# Ebay hacked



## Phantom (May 21, 2014)

Change your password/s NOW !!!

http://boingboing.net/2014/05/21/ebay-hacked-every-user-must-c.html


----------



## Kaya (May 22, 2014)

Did this afternoon. And paypal as well since ebay owns paypal and they are connected.


----------



## i_am_Lois (May 22, 2014)

Security sure is a problem for internet users.

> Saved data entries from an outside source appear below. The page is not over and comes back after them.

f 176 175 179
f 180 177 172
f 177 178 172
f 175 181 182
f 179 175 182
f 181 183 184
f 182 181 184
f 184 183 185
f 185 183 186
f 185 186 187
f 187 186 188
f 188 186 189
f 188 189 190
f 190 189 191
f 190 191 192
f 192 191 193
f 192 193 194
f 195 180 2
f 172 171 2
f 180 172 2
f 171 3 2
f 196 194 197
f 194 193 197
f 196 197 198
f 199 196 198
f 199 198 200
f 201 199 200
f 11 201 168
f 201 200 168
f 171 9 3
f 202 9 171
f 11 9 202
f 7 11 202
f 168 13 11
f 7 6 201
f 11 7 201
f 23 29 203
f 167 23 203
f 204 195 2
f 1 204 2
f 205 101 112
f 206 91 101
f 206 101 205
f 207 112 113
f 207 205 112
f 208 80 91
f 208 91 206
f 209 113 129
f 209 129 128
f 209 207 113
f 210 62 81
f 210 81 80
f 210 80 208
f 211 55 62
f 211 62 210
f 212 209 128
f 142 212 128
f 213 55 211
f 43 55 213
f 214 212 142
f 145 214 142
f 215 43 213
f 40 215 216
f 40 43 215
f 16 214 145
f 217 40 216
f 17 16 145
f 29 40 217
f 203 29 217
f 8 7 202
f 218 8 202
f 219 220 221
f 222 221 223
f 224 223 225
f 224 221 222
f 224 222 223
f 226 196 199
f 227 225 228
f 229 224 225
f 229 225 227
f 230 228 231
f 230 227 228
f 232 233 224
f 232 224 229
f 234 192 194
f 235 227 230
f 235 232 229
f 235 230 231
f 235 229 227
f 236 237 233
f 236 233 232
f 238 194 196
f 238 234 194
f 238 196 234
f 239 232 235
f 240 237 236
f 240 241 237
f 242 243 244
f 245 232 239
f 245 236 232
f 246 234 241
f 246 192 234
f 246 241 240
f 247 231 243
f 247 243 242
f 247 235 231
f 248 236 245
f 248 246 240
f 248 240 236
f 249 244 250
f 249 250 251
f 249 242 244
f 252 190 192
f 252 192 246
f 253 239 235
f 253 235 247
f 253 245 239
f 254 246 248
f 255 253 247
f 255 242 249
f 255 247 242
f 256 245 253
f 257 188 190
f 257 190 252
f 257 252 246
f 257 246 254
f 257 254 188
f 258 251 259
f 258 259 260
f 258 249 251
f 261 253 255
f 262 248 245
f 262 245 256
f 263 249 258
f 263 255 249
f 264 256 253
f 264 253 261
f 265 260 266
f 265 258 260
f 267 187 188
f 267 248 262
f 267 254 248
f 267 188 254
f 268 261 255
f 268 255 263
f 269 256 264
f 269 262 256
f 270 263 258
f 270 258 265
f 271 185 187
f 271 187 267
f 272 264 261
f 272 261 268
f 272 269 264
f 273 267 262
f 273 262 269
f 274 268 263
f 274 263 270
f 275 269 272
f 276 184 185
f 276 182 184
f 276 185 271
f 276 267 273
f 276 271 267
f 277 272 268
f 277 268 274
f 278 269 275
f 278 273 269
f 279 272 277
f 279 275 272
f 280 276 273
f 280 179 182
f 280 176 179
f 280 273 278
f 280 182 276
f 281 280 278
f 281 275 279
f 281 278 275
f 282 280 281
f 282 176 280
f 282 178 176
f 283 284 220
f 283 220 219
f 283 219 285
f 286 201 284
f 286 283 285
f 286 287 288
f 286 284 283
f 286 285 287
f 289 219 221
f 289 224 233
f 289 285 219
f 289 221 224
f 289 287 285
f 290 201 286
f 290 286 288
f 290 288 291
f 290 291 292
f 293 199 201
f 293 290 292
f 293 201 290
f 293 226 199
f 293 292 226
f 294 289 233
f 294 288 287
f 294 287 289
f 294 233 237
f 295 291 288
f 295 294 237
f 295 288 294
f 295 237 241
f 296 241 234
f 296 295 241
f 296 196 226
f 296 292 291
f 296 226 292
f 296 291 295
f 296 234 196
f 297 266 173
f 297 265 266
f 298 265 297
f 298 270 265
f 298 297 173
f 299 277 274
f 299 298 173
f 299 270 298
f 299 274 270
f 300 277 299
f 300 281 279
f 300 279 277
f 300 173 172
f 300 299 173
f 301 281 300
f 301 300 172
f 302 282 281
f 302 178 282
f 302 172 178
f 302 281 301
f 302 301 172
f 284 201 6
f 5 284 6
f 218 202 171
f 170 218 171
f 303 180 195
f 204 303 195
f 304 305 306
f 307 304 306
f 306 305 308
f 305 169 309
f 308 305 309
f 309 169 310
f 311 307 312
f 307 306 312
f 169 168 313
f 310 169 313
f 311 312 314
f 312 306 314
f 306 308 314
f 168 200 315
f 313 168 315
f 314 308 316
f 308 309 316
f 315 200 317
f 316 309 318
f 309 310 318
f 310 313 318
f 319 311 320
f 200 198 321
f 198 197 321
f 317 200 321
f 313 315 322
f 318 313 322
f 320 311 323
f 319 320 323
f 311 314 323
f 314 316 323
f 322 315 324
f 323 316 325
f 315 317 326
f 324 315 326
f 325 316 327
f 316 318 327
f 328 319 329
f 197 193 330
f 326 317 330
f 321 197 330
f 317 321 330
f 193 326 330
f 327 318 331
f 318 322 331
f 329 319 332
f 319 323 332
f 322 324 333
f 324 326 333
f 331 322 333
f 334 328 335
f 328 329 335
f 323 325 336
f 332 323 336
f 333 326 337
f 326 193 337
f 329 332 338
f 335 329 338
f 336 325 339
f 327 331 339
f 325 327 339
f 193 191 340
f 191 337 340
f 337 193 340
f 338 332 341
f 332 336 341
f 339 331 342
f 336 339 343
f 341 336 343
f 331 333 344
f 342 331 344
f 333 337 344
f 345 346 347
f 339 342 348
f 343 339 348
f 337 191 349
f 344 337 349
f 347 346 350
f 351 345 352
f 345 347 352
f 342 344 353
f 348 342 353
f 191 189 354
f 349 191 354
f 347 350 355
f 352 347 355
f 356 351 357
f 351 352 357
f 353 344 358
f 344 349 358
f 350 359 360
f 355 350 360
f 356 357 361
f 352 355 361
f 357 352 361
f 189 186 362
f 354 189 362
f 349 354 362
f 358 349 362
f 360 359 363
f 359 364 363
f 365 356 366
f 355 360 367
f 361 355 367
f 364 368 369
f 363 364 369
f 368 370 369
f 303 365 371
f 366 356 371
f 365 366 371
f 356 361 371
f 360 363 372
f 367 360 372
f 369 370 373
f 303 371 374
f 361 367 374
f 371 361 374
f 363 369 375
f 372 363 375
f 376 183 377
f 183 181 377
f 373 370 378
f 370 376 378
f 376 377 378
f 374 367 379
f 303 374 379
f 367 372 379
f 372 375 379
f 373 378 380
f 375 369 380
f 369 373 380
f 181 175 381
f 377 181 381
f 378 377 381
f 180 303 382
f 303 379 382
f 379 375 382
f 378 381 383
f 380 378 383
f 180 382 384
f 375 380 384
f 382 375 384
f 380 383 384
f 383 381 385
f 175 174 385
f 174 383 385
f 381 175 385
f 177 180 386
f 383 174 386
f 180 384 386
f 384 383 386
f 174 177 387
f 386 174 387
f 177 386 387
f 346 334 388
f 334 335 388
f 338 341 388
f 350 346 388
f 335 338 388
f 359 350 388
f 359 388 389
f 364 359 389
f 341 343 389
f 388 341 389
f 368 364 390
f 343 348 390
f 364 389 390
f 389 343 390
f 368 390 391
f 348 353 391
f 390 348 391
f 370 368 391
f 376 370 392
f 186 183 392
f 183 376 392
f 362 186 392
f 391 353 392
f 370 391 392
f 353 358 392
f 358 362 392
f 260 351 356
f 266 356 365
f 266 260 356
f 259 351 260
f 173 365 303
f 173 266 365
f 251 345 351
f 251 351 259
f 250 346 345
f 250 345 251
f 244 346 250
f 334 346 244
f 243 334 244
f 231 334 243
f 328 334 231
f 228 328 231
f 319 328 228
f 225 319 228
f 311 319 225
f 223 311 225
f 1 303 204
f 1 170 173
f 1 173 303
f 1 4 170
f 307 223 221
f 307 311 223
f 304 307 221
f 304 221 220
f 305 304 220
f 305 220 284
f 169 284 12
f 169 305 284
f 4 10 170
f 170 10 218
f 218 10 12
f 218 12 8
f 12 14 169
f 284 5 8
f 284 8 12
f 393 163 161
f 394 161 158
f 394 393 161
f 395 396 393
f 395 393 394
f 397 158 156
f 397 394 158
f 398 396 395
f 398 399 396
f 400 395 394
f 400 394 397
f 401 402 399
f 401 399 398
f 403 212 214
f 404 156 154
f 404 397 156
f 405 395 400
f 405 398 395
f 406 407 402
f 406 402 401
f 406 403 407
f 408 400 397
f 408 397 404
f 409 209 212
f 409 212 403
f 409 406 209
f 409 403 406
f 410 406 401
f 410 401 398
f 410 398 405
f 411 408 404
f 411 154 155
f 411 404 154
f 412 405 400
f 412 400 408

I had a yahoo account for many years. I used a password which I thought was excellent. I no longer use it so I'll tell you what it was. I used upper case & lower case letters as well as numbers. Here was my yahoo password: DianeMA47416

Well on 12/01/2013 someone hacked my yahoo account, got all the email addresses stored in my yahoo address book & started sending out spam using my yahoo email address. Yahoo told me there was nothing I could do but close out that particular account and open a new one. I did as they said but I didn't open a new one. I can't believe someone sat for a week attempting to break my password just so they could use my address. I think Yahoo had a security breach with one of their own employees who has access to thousands of user names & passwords.

By the way after I closed the account (and alerted everyone I know) the emails had stopped. However, just this week the emails have started again. Once again I've alerted everyone. I also contacted yahoo. They say the account is not active and the emails must be 'spoofed'. They told me how I could see the area where they generated from. I did that and saw they are being sent from someone with iphone out in California. I tried to report this to the authorities, but learned they are interested only in matters where money is involved or terroristic threats.


----------



## Kaya (May 22, 2014)

Yahoo sucks.


----------



## SeaBreeze (May 22, 2014)

I'm lucky so far (knock on wood), haven't been affected by any stores that were hacked like Target, Michael's or Ebay...never have used Ebay for anything.


----------



## Knightofalbion (May 22, 2014)

I love ebay. On a good day you can get anything on there.

Changed my password as soon as I heard about this.


----------